With MySQL any of those things you can happen. If you're lucky then only the
cache is corrupted and then you can just reload from disk. If you're unlucky
then the data got corrupted on its way to disk and the wrong data will be
written to disk. If you are astronomically unlucky then the in memory machine
code of MySQL got changed in such a way that it starts overwriting your entire
disk with garbage. You should probably be more afraid of meteorites though.
And of bugs in either your own or others' code.

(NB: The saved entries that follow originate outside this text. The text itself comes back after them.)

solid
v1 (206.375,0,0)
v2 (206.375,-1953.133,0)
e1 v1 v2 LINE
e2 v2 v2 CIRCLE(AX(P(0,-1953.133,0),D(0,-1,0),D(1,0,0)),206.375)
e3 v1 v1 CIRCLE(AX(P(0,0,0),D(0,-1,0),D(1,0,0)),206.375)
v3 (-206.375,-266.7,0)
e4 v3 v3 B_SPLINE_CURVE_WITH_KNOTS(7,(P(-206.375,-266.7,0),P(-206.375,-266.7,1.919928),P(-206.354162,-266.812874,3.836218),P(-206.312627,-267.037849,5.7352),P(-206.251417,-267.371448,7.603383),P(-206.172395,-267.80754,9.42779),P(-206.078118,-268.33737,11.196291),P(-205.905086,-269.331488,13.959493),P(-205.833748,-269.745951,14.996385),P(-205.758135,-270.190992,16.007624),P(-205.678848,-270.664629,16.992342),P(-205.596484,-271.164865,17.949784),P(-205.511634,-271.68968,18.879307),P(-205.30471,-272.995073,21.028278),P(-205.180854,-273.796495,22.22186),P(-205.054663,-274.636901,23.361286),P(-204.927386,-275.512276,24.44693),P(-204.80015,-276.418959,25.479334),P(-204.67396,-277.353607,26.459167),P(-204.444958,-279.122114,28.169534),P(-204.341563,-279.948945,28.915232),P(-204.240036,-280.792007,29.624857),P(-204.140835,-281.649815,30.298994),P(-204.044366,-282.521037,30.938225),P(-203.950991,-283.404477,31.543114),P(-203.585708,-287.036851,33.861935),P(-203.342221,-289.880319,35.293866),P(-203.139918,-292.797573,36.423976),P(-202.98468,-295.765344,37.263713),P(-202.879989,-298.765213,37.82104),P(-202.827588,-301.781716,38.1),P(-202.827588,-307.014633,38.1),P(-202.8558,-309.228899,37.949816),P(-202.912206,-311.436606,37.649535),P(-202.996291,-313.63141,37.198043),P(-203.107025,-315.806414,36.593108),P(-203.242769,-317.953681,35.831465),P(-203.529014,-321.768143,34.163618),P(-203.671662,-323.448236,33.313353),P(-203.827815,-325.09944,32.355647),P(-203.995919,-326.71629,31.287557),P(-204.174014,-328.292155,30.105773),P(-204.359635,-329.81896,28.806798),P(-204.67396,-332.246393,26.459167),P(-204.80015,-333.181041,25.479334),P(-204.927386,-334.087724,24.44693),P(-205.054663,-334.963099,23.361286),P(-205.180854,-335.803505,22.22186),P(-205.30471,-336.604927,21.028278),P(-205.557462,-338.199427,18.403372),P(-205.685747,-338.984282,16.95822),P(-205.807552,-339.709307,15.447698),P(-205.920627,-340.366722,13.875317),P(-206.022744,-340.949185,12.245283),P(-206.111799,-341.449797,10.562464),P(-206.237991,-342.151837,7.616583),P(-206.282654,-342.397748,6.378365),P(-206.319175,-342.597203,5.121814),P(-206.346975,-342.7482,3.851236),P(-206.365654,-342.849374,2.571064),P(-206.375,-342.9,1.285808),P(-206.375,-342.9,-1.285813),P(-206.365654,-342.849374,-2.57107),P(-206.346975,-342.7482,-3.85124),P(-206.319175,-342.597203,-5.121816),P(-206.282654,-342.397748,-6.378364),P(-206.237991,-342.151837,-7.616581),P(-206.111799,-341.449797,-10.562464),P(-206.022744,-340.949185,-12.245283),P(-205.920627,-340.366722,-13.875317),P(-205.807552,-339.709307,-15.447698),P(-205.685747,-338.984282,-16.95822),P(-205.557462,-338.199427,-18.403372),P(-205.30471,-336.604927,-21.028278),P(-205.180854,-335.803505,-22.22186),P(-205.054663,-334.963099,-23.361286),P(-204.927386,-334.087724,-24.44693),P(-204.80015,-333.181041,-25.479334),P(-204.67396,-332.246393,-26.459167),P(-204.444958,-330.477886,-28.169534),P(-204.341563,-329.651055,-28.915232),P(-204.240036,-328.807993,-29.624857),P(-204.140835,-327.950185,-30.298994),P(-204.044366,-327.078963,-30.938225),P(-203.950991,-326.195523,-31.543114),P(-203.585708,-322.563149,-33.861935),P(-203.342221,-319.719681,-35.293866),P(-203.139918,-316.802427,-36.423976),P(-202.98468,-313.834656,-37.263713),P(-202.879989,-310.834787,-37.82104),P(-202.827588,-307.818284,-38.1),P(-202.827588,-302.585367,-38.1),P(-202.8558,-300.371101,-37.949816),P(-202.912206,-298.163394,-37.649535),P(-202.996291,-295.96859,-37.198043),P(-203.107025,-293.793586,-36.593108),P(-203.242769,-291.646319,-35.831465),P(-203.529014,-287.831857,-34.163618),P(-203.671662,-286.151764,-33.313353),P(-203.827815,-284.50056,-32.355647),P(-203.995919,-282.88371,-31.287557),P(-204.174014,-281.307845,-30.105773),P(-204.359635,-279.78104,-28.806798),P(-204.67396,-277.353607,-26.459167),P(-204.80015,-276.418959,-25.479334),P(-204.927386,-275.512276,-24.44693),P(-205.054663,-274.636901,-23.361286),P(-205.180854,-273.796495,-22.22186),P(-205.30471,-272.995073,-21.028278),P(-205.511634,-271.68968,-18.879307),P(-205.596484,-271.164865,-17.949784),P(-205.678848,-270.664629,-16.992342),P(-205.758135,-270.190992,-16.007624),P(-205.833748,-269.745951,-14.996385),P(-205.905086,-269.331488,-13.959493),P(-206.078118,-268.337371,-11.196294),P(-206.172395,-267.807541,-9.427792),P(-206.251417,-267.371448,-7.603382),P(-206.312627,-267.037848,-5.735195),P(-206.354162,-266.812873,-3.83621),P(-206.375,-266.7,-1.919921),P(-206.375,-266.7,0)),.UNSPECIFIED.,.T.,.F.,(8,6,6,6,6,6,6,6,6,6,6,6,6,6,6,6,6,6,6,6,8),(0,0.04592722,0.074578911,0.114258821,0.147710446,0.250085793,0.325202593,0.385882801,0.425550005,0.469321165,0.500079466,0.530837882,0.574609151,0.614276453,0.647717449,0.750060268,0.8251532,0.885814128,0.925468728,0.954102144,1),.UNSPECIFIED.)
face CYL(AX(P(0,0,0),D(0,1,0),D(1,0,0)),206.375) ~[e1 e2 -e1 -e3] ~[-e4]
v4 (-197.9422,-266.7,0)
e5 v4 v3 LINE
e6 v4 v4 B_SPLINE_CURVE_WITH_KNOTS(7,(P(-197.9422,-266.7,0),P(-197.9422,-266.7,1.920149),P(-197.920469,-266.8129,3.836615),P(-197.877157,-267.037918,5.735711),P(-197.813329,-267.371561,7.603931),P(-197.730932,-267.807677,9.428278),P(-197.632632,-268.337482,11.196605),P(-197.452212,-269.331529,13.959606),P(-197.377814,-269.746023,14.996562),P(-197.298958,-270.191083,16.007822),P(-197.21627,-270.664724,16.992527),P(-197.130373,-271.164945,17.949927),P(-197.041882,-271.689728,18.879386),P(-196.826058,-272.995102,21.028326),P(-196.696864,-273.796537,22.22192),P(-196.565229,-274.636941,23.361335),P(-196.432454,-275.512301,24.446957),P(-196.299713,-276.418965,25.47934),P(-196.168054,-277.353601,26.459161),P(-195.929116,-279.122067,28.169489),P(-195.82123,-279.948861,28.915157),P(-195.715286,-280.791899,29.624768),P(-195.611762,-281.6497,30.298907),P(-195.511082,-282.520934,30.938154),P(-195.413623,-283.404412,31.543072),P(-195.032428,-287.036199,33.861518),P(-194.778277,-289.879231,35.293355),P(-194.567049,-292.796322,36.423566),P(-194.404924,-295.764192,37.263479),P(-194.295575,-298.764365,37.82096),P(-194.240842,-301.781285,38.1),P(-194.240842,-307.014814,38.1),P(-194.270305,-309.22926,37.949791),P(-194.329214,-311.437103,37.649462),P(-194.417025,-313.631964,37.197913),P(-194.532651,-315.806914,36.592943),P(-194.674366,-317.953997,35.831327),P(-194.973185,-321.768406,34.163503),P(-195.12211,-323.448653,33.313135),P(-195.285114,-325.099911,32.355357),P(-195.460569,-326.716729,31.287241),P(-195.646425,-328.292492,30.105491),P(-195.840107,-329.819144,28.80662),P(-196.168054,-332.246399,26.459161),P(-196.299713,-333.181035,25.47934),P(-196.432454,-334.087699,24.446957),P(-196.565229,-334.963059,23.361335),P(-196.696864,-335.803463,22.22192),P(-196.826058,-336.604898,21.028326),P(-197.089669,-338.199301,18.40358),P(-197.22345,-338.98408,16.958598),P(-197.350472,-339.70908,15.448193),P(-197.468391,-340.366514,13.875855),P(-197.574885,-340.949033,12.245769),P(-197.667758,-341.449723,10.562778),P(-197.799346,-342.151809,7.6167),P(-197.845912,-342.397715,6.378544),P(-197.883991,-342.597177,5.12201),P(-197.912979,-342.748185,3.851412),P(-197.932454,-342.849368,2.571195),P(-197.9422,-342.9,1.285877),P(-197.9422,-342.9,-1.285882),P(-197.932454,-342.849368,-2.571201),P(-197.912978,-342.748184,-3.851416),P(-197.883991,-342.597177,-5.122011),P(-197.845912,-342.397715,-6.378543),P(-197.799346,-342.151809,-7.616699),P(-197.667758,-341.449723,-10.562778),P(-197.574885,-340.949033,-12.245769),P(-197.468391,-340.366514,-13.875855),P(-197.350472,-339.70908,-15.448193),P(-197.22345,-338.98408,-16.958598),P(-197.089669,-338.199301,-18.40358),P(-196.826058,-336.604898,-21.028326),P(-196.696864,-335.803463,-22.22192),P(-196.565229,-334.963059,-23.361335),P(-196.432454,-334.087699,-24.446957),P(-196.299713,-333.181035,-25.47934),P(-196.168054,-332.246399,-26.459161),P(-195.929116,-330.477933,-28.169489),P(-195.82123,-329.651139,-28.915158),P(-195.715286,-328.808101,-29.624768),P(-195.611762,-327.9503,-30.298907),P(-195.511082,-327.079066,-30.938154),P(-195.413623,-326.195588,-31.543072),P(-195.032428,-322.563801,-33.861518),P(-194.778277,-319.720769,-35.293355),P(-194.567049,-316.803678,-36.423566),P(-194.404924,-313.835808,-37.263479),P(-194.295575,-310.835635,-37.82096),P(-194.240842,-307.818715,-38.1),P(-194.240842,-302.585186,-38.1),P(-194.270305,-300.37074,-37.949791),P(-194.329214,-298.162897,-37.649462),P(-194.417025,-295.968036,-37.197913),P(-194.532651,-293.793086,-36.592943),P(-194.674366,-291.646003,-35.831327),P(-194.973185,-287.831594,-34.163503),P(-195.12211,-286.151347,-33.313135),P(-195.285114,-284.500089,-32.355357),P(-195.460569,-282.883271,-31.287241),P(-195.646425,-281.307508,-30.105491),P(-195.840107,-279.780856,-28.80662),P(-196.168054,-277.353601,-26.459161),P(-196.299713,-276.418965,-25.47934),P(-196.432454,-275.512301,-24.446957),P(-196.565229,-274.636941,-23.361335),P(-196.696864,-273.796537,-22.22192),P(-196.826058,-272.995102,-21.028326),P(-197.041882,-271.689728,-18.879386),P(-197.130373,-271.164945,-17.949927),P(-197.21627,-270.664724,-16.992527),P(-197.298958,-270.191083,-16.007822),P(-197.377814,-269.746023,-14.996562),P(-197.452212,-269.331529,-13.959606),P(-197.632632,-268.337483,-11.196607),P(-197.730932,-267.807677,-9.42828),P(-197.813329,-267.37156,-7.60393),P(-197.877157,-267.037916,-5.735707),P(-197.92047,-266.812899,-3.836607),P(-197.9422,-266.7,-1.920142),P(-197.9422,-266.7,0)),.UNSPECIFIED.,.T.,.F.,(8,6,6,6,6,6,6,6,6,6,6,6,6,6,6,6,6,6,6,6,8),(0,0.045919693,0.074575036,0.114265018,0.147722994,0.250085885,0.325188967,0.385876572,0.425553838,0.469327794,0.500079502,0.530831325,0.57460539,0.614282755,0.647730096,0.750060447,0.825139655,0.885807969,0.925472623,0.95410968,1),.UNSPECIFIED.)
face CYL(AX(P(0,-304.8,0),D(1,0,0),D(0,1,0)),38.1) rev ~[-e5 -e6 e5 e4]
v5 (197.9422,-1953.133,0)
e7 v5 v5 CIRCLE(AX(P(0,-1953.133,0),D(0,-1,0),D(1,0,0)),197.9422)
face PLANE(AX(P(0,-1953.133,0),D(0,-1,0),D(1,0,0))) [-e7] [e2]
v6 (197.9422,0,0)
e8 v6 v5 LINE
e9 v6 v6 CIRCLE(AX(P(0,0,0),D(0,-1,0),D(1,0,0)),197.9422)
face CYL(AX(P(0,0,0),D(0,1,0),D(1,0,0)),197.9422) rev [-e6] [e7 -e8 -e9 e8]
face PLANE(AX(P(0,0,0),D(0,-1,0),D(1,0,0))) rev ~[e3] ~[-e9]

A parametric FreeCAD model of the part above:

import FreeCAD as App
import Part
import Sketcher

V = App.Vector
Q = App.Units.Quantity

doc = App.newDocument("Part")
params = doc.addObject("Spreadsheet::Sheet", "Params")
for row, (alias, value) in enumerate([
    ("sketch1_diameter", "16.25 in"),
    ("sketch1_diameter2", "15.586 in"),
    ("pad1_length", "76.895 in"),
    ("sketch2_diameter", "3 in"),
], start=1):
    params.set(f"A{row}", alias)
    params.set(f"B{row}", "=" + value)
    params.setAlias(f"B{row}", alias)

body = doc.addObject("PartDesign::Body", "Body")

sketch1 = doc.addObject("Sketcher::SketchObject", "Sketch")
body.addObject(sketch1)
sketch1.AttachmentSupport = (doc.XZ_Plane, [""])
sketch1.MapMode = "FlatFace"
sketch1.addGeometry(Part.Circle(V(0, 0, 0), V(0, 0, 1), 206), False)
sketch1.addGeometry(Part.Circle(V(0, 0, 0), V(0, 0, 1), 198), False)
sketch1.addConstraint(Sketcher.Constraint("Coincident", 0, 3, -1, 1))
sketch1.addConstraint(Sketcher.Constraint("Coincident", 1, 3, -1, 1))
sketch1.addConstraint(Sketcher.Constraint("Diameter", 0, Q("16.25 in")))
sketch1.addConstraint(Sketcher.Constraint("Diameter", 1, Q("15.586 in")))
sketch1.setExpression("Constraints[2]", "Params.sketch1_diameter")
sketch1.setExpression("Constraints[3]", "Params.sketch1_diameter2")
pad1 = doc.addObject("PartDesign::Pad", "Pad")
body.addObject(pad1)
pad1.Profile = sketch1
pad1.setExpression("Length", "Params.pad1_length")

sketch2 = doc.addObject("Sketcher::SketchObject", "Sketch001")
body.addObject(sketch2)
sketch2.AttachmentSupport = (doc.YZ_Plane, [""])
sketch2.MapMode = "FlatFace"
sketch2.addGeometry(Part.Circle(V(-305, 0, 0), V(0, 0, 1), 38), False)
sketch2.addConstraint(Sketcher.Constraint("PointOnObject", 0, 3, -1))
sketch2.addConstraint(Sketcher.Constraint("Diameter", 0, Q("3 in")))
sketch2.addConstraint(Sketcher.Constraint("DistanceX", 0, 3, -1, 1, Q("12 in")))
sketch2.setExpression("Constraints[1]", "Params.sketch2_diameter")
pocket1 = doc.addObject("PartDesign::Pocket", "Pocket")
body.addObject(pocket1)
pocket1.Profile = sketch2
pocket1.Type = "ThroughAll"

doc.recompute()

ECC RAM reduces the probability of such a bit flip happening. That doesn't
mean that they are eliminated entirely. So you have to do these two things in
any case:

1\. Bit flips can cause processes to misbehave/crash. So you want to have a
way to detect and restart misbehaving/crashed processes.

2\. Even with ECC RAM you want to do your own error correction for critical
data (say a bank transaction log).

Here is an interesting paper that discusses the prevalence of DRAM errors and
the effectiveness of ECC RAM:

DRAM Errors in the Wild: A Large-Scale Field Study --
<http://www.cs.toronto.edu/~bianca/papers/sigmetrics09.pdf>

It would be interesting if somebody did an experiment where they artificially
flipped bits of various software's memory to see what happens. I'd expect that
in many cases it doesn't do any harm at all.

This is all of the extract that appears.